Objective: Generate predictions from the log-log model and apply the Duan smearing correction.

Instructions:

  1. Estimate the log-log model: np.log(imds) ~ ln_NTLpc2017
  2. Generate naive predictions: \(\exp(\widehat{\ln(imds)})\)
  3. Apply the Duan smearing correction: multiply predictions by \(\bar{\exp(\hat{e})}\) (the mean of exponentiated residuals)
  4. Compare naive vs. corrected predictions
  5. Discuss: How much does the retransformation correction matter?
# Your code here: Retransformation bias correction
#
# Example structure:
# m_loglog = pf.feols('np.log(imds) ~ ln_NTLpc2017', data=bol_reg, vcov='HC1')
#
# # Naive prediction
# naive_pred = np.exp(m_loglog.predict())
#
# # Duan smearing correction
# smearing_factor = np.exp(m_loglog._u_hat).mean()
# corrected_pred = naive_pred * smearing_factor
#
# print(f"Smearing factor: {smearing_factor:.4f}")
# print(f"Mean actual IMDS: {bol_reg['imds'].mean():.2f}")
# print(f"Mean naive prediction: {naive_pred.mean():.2f}")
# print(f"Mean corrected prediction: {corrected_pred.mean():.2f}")

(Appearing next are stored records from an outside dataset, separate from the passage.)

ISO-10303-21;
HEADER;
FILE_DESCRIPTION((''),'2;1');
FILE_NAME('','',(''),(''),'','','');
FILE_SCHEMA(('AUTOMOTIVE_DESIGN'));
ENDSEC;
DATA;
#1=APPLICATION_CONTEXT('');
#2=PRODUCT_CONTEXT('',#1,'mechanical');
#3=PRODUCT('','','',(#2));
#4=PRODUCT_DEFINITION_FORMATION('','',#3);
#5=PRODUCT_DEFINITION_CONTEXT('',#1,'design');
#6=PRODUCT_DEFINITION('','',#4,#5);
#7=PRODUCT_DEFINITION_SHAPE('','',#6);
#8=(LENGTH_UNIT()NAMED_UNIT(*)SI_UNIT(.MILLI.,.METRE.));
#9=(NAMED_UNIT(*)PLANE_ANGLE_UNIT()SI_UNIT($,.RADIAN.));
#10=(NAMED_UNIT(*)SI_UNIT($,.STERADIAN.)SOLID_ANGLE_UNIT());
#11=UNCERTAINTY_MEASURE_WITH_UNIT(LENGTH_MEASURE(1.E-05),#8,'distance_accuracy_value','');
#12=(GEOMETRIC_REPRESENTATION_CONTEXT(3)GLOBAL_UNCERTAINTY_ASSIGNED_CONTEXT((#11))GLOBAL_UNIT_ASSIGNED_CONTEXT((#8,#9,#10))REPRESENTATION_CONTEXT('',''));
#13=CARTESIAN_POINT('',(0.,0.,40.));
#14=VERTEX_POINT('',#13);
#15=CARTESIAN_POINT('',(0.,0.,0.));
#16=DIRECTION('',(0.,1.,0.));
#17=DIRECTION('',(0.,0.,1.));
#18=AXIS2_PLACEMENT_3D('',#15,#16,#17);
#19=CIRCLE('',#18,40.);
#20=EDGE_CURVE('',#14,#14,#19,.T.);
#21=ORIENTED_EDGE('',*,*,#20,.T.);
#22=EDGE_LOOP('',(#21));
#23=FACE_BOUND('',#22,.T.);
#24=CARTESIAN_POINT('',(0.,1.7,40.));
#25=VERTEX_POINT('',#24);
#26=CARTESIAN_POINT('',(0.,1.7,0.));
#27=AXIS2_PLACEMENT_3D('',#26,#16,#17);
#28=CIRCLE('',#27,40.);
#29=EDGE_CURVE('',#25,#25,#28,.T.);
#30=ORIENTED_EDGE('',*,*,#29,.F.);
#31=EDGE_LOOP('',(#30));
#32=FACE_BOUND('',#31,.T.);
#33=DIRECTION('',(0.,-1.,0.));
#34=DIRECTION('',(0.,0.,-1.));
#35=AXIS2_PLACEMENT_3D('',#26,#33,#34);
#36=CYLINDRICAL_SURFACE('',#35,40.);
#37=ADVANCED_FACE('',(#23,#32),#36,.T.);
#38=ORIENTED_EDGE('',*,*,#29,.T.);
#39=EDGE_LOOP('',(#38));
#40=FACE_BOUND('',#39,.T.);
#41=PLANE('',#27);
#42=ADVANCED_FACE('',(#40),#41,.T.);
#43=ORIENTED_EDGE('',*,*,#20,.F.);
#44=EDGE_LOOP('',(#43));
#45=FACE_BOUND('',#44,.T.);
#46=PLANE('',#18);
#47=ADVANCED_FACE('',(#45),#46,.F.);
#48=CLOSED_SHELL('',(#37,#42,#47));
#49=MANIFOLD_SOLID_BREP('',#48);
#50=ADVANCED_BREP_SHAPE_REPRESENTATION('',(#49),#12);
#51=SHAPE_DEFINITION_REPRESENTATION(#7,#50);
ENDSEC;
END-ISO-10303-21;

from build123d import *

# Parameters (mm, degrees)
SKETCH1_R           = 40
BOSS_EXTRUDE1_DEPTH = 1.7


with BuildPart() as part:
    # Sketch1 → Boss-Extrude1 (new body)
    with BuildSketch(Plane(origin=(0, 0, 0), x_dir=(1, 0, 0), z_dir=(0, 1, 0))):
        Circle(SKETCH1_R)
    extrude(amount=BOSS_EXTRUDE1_DEPTH)


solid = part.part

Task 6: Functional Form Brief (Independent)

Objective: Write a 200-300 word brief summarizing your functional form analysis.

Your brief should address:

  1. Which specification best captures the satellite-development relationship?
  2. Is there evidence of nonlinearity (diminishing returns)?
  3. What are the elasticity estimates from the log-log model?
  4. Does the interaction with electricity coverage reveal important heterogeneity?
  5. How important is the retransformation correction for practical predictions?
  6. Policy implications: What do the functional form results imply for using satellite data to monitor SDG progress?
# Your code here: Additional analysis for the brief
#
# You might want to:
# 1. Create a summary comparison table of all specifications
# 2. Plot fitted values from different models on the same graph
# 3. Calculate and compare elasticities across specifications
# 4. Summarize key statistics to cite in your brief

What You’ve Learned from This Case Study

Through this exploration of functional forms for the satellite-development relationship, you’ve applied Chapter 15’s transformation toolkit to real geospatial data:

  • Functional form comparison: Estimated level-level, level-log, log-level, and log-log specifications
  • Nonlinearity detection: Used quadratic terms to test for diminishing returns to luminosity
  • Standardized coefficients: Compared the relative importance of NTL and electricity coverage
  • Interaction effects: Examined how electricity coverage moderates the NTL-development relationship
  • Retransformation: Applied the Duan smearing correction to generate unbiased predictions from log models
  • Critical thinking: Assessed which functional form best represents satellite-development patterns

Connection: In Chapter 16, we apply diagnostic tools to check whether our satellite prediction models satisfy regression assumptions.